LGC
= Large Group Collaboration
Problem
When 6+ people are actively collaborating on a space (LGC), the number of broadcast events being received and processed per frame (especially painting, cursor position) is too much work for client computers, and stresses the kinopio-server which acts as a broadcast relay.
Goals
- LGC shouldn’t sink client performance
- LGC shouldn’t cause server outages
Context: How Collaboration Works Today in Kinopio
Each client (eg a kinopio web-browser window/session) opens a websocket connection to the server when it loads a space. When you performs an event on a client, that event is broadcast to the server. The server has a simple broadcast relay system that then sends that event to all other clients connected to the space.
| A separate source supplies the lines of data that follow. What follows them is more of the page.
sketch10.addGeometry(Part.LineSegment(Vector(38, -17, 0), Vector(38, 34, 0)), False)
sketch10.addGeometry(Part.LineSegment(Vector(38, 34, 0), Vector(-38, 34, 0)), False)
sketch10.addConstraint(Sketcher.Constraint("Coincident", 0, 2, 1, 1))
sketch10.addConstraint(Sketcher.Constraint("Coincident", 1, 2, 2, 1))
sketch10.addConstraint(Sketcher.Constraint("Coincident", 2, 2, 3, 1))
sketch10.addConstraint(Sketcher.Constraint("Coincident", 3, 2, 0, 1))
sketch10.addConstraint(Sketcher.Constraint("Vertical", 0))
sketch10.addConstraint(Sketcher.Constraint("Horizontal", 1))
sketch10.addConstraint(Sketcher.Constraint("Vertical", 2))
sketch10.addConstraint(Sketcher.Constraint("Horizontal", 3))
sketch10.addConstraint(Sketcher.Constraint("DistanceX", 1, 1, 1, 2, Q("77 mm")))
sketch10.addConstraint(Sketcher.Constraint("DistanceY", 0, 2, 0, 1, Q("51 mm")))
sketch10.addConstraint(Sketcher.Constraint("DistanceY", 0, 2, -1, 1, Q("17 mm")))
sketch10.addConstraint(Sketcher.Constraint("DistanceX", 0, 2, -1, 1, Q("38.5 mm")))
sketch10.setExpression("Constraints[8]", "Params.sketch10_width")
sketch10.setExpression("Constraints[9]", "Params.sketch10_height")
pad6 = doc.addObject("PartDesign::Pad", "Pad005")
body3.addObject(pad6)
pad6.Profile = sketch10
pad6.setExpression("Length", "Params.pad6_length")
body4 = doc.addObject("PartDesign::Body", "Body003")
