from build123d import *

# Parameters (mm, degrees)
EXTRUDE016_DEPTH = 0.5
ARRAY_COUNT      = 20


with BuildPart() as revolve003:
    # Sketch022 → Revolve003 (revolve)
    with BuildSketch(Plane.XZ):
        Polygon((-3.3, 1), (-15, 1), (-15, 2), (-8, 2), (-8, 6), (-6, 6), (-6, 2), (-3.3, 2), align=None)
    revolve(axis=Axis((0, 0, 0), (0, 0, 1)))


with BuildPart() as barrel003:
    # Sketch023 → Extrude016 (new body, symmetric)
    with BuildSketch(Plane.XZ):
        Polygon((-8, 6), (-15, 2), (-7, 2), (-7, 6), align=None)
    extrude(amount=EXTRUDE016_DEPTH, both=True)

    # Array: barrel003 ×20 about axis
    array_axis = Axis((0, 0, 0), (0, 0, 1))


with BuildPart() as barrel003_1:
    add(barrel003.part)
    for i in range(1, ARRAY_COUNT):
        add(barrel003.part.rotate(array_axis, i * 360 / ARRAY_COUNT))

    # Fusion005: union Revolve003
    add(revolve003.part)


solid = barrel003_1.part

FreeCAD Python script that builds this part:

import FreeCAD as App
import Part
import Sketcher

V = App.Vector

doc = App.newDocument("Part")
body = doc.addObject("PartDesign::Body", "Body")

sketch1 = body.newObject("Sketcher::SketchObject", "Sketch")
sketch1.AttachmentSupport = (doc.getObject("XZ_Plane"), [""])
sketch1.MapMode = "FlatFace"
sketch1.addGeometry(Part.LineSegment(V(-15, 1, 0), V(-3.3, 1, 0)), False)
sketch1.addGeometry(Part.LineSegment(V(-3.3, 1, 0), V(-3.3, 2, 0)), False)
sketch1.addGeometry(Part.LineSegment(V(-3.3, 2, 0), V(-6, 2, 0)), False)
sketch1.addGeometry(Part.LineSegment(V(-6, 2, 0), V(-6, 6, 0)), False)
sketch1.addGeometry(Part.LineSegment(V(-6, 6, 0), V(-8, 6, 0)), False)
sketch1.addGeometry(Part.LineSegment(V(-8, 6, 0), V(-8, 2, 0)), False)
sketch1.addGeometry(Part.LineSegment(V(-8, 2, 0), V(-15, 2, 0)), False)
sketch1.addGeometry(Part.LineSegment(V(-15, 2, 0), V(-15, 1, 0)), False)
sketch1.addConstraint(Sketcher.Constraint("Coincident", 0, 2, 1, 1))
sketch1.addConstraint(Sketcher.Constraint("Coincident", 1, 2, 2, 1))
sketch1.addConstraint(Sketcher.Constraint("Coincident", 2, 2, 3, 1))
sketch1.addConstraint(Sketcher.Constraint("Coincident", 3, 2, 4, 1))
sketch1.addConstraint(Sketcher.Constraint("Coincident", 4, 2, 5, 1))
sketch1.addConstraint(Sketcher.Constraint("Coincident", 5, 2, 6, 1))
sketch1.addConstraint(Sketcher.Constraint("Coincident", 6, 2, 7, 1))
sketch1.addConstraint(Sketcher.Constraint("Coincident", 7, 2, 0, 1))
sketch1.addConstraint(Sketcher.Constraint("Horizontal", 0))
sketch1.addConstraint(Sketcher.Constraint("Vertical", 1))
sketch1.addConstraint(Sketcher.Constraint("Horizontal", 2))
sketch1.addConstraint(Sketcher.Constraint("Vertical", 3))
sketch1.addConstraint(Sketcher.Constraint("Horizontal", 4))
sketch1.addConstraint(Sketcher.Constraint("Vertical", 5))
sketch1.addConstraint(Sketcher.Constraint("Horizontal", 6))
sketch1.addConstraint(Sketcher.Constraint("Vertical", 7))
sketch1.addConstraint(Sketcher.Constraint("Horizontal", 2, 2, 5, 2))
sketch1.addConstraint(Sketcher.Constraint("DistanceX", 4, 2, 4, 1, 2.0))
sketch1.addConstraint(Sketcher.Constraint("DistanceX", 6, 2, 6, 1, 7.0))
sketch1.addConstraint(Sketcher.Constraint("DistanceY", 1, 1, 1, 2, 1.0))
sketch1.addConstraint(Sketcher.Constraint("DistanceY", 3, 1, 3, 2, 4.0))
sketch1.addConstraint(Sketcher.Constraint("DistanceX", 0, 1, 0, 2, 11.7))
sketch1.addConstraint(Sketcher.Constraint("DistanceY", -1, 1, 0, 2, 1.0))
sketch1.addConstraint(Sketcher.Constraint("DistanceX", 2, 2, -1, 1, 6.0))
revolution = body.newObject("PartDesign::Revolution", "Revolution")
revolution.Profile = sketch1
revolution.ReferenceAxis = (sketch1, ["V_Axis"])
revolution.Angle = 360
body2 = doc.addObject("PartDesign::Body", "Body001")

sketch2 = body2.newObject("Sketcher::SketchObject", "Sketch001")
sketch2.AttachmentSupport = (doc.getObject("XZ_Plane001"), [""])
sketch2.MapMode = "FlatFace"
sketch2.addGeometry(Part.LineSegment(V(-8, 6, 0), V(-15, 2, 0)), False)
sketch2.addGeometry(Part.LineSegment(V(-15, 2, 0), V(-7, 2, 0)), False)
sketch2.addGeometry(Part.LineSegment(V(-7, 2, 0), V(-7, 6, 0)), False)
sketch2.addGeometry(Part.LineSegment(V(-7, 6, 0), V(-8, 6, 0)), False)
sketch2.addConstraint(Sketcher.Constraint("Coincident", 0, 2, 1, 1))
sketch2.addConstraint(Sketcher.Constraint("Coincident", 1, 2, 2, 1))
sketch2.addConstraint(Sketcher.Constraint("Coincident", 2, 2, 3, 1))
sketch2.addConstraint(Sketcher.Constraint("Coincident", 3, 2, 0, 1))
sketch2.addConstraint(Sketcher.Constraint("Horizontal", 1))
sketch2.addConstraint(Sketcher.Constraint("Vertical", 2))
sketch2.addConstraint(Sketcher.Constraint("Horizontal", 3))
sketch2.addConstraint(Sketcher.Constraint("DistanceX", 1, 1, 1, 2, 8.0))
sketch2.addConstraint(Sketcher.Constraint("DistanceX", 3, 2, 3, 1, 1.0))
sketch2.addConstraint(Sketcher.Constraint("DistanceY", 2, 1, 2, 2, 4.0))
sketch2.addConstraint(Sketcher.Constraint("DistanceX", 0, 2, -1, 1, 15.0))
sketch2.addConstraint(Sketcher.Constraint("DistanceY", -1, 1, 0, 2, 2.0))
pad1 = body2.newObject("PartDesign::Pad", "Pad")
pad1.Profile = sketch2
pad1.Length = 1
pad1.Midplane = True
body3 = doc.addObject("PartDesign::Body", "Body002")
body3.AllowCompound = True
doc.recompute()

body3.BaseFeature = body2
doc.recompute()

body4 = doc.addObject("PartDesign::Body", "Body003")
body4.BaseFeature = body2
body4.Placement = App.Placement(V(0, 0, 0), App.Rotation(V(0, 0, 1), 18))
boolean = body3.newObject("PartDesign::Boolean", "Boolean")
boolean.Type = "Fuse"
boolean.addObjects([body4])
doc.recompute()

body5 = doc.addObject("PartDesign::Body", "Body004")
body5.BaseFeature = body2
body5.Placement = App.Placement(V(0, 0, 0), App.Rotation(V(0, 0, 1), 36))
boolean2 = body3.newObject("PartDesign::Boolean", "Boolean001")
boolean2.Type = "Fuse"
boolean2.addObjects([body5])
doc.recompute()

body6 = doc.addObject("PartDesign::Body", "Body005")
body6.BaseFeature = body2
body6.Placement = App.Placement(V(0, 0, 0), App.Rotation(V(0, 0, 1), 54))
boolean3 = body3.newObject("PartDesign::Boolean", "Boolean002")
boolean3.Type = "Fuse"
boolean3.addObjects([body6])
doc.recompute()

body7 = doc.addObject("PartDesign::Body", "Body006")
body7.BaseFeature = body2
body7.Placement = App.Placement(V(0, 0, 0), App.Rotation(V(0, 0, 1), 72))
boolean4 = body3.newObject("PartDesign::Boolean", "Boolean003")
boolean4.Type = "Fuse"
boolean4.addObjects([body7])
doc.recompute()

body8 = doc.addObject("PartDesign::Body", "Body007")
body8.BaseFeature = body2
body8.Placement = App.Placement(V(0, 0, 0), App.Rotation(V(0, 0, 1), 90))
boolean5 = body3.newObject("PartDesign::Boolean", "Boolean004")
boolean5.Type = "Fuse"
boolean5.addObjects([body8])
doc.recompute()

body9 = doc.addObject("PartDesign::Body", "Body008")
body9.BaseFeature = body2
body9.Placement = App.Placement(V(0, 0, 0), App.Rotation(V(0, 0, 1), 108))
boolean6 = body3.newObject("PartDesign::Boolean", "Boolean005")
boolean6.Type = "Fuse"
boolean6.addObjects([body9])
doc.recompute()

body10 = doc.addObject("PartDesign::Body", "Body009")
body10.BaseFeature = body2
body10.Placement = App.Placement(V(0, 0, 0), App.Rotation(V(0, 0, 1), 126))
boolean7 = body3.newObject("PartDesign::Boolean", "Boolean006")
boolean7.Type = "Fuse"
boolean7.addObjects([body10])
doc.recompute()

body11 = doc.addObject("PartDesign::Body", "Body010")
body11.BaseFeature = body2
body11.Placement = App.Placement(V(0, 0, 0), App.Rotation(V(0, 0, 1), 144))
boolean8 = body3.newObject("PartDesign::Boolean", "Boolean007")
boolean8.Type = "Fuse"
boolean8.addObjects([body11])
doc.recompute()

body12 = doc.addObject("PartDesign::Body", "Body011")
body12.BaseFeature = body2
body12.Placement = App.Placement(V(0, 0, 0), App.Rotation(V(0, 0, 1), 162))
boolean9 = body3.newObject("PartDesign::Boolean", "Boolean008")
boolean9.Type = "Fuse"
boolean9.addObjects([body12])
doc.recompute()

body13 = doc.addObject("PartDesign::Body", "Body012")
body13.BaseFeature = body2
body13.Placement = App.Placement(V(0, 0, 0), App.Rotation(V(0, 0, 1), 180))
boolean10 = body3.newObject("PartDesign::Boolean", "Boolean009")
boolean10.Type = "Fuse"
boolean10.addObjects([body13])
doc.recompute()

body14 = doc.addObject("PartDesign::Body", "Body013")
body14.BaseFeature = body2
body14.Placement = App.Placement(V(0, 0, 0), App.Rotation(V(0, 0, 1), 198))
boolean11 = body3.newObject("PartDesign::Boolean", "Boolean010")
boolean11.Type = "Fuse"
boolean11.addObjects([body14])
doc.recompute()

body15 = doc.addObject("PartDesign::Body", "Body014")
body15.BaseFeature = body2
body15.Placement = App.Placement(V(0, 0, 0), App.Rotation(V(0, 0, 1), 216))
boolean12 = body3.newObject("PartDesign::Boolean", "Boolean011")
boolean12.Type = "Fuse"
boolean12.addObjects([body15])
doc.recompute()

body16 = doc.addObject("PartDesign::Body", "Body015")
body16.BaseFeature = body2
body16.Placement = App.Placement(V(0, 0, 0), App.Rotation(V(0, 0, 1), 234))
boolean13 = body3.newObject("PartDesign::Boolean", "Boolean012")
boolean13.Type = "Fuse"
boolean13.addObjects([body16])
doc.recompute()

body17 = doc.addObject("PartDesign::Body", "Body016")
body17.BaseFeature = body2
body17.Placement = App.Placement(V(0, 0, 0), App.Rotation(V(0, 0, 1), 252))
boolean14 = body3.newObject("PartDesign::Boolean", "Boolean013")
boolean14.Type = "Fuse"
boolean14.addObjects([body17])
doc.recompute()

body18 = doc.addObject("PartDesign::Body", "Body017")
body18.BaseFeature = body2
body18.Placement = App.Placement(V(0, 0, 0), App.Rotation(V(0, 0, 1), 270))
boolean15 = body3.newObject("PartDesign::Boolean", "Boolean014")
boolean15.Type = "Fuse"
boolean15.addObjects([body18])
doc.recompute()

body19 = doc.addObject("PartDesign::Body", "Body018")
body19.BaseFeature = body2
body19.Placement = App.Placement(V(0, 0, 0), App.Rotation(V(0, 0, 1), 288))
boolean16 = body3.newObject("PartDesign::Boolean", "Boolean015")
boolean16.Type = "Fuse"
boolean16.addObjects([body19])
doc.recompute()

body20 = doc.addObject("PartDesign::Body", "Body019")
body20.BaseFeature = body2
body20.Placement = App.Placement(V(0, 0, 0), App.Rotation(V(0, 0, 1), 306))
boolean17 = body3.newObject("PartDesign::Boolean", "Boolean016")
boolean17.Type = "Fuse"
boolean17.addObjects([body20])
doc.recompute()

body21 = doc.addObject("PartDesign::Body", "Body020")
body21.BaseFeature = body2
body21.Placement = App.Placement(V(0, 0, 0), App.Rotation(V(0, 0, 1), 324))
boolean18 = body3.newObject("PartDesign::Boolean", "Boolean017")
boolean18.Type = "Fuse"
boolean18.addObjects([body21])
doc.recompute()

body2.Placement = App.Placement(V(0, 0, 0), App.Rotation(V(0, 0, 1), 342))
boolean19 = body3.newObject("PartDesign::Boolean", "Boolean018")
boolean19.Type = "Fuse"
boolean19.addObjects([body2])
doc.recompute()

boolean20 = body3.newObject("PartDesign::Boolean", "Boolean019")
boolean20.Type = "Fuse"
boolean20.addObjects([body])

doc.recompute()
The list of broadcast events includes:
- painting (sent per frame during painting)
- cursor position (send per frame while cursor is in viewport)
- card moving (sent per frame while card is being moved)
- card is being edited
- card is edited (eg name changed)
- new connection is being created
- connection is being edited (eg change color/show label)
In LGC, sending per frame broadcasts means a lot is being relayed and processed, up to 60fps per client. In a scenario with 6 clients where everyone is moving or painting, that’s potentially 6*60 = 360
broadcasts being received and processed every second. With 30 clients, that jumps to 1800
broadcasts per second. Yikes.
Other Approaches Elsewhere
Trello/Glitch
Trello’s client works like Kinopio’s, but Trello clients only broadcast low resolution events (e.g. instead of showing a card being dragged in real time, trello only shows/broadcasts the new card position after the drag is completed). This is fine for an enterprise kanban situation, but (default) low resolution collaboration is less fun and doesn’t fit Kinopio’s interaction model very well.
Figma/Mural
Probably the closest parallel. I’m not really a figma. user so I have no insight into how it holds up to LGC IRL. They don’t have the technical burden of painting though which probably helps a lot (maybe that’s enough?).
I found https://www.figma.com/blog/how-figmas-multiplayer-technology-works , but it doesn’t explicitly mention about how LGC/high numbers of simultaneous updates are handled. Looks like Figma has a max 50 collaborator limit (https://forum.figma.com/t/are-there-any-collaborator-limits-per-project-file/1150/4)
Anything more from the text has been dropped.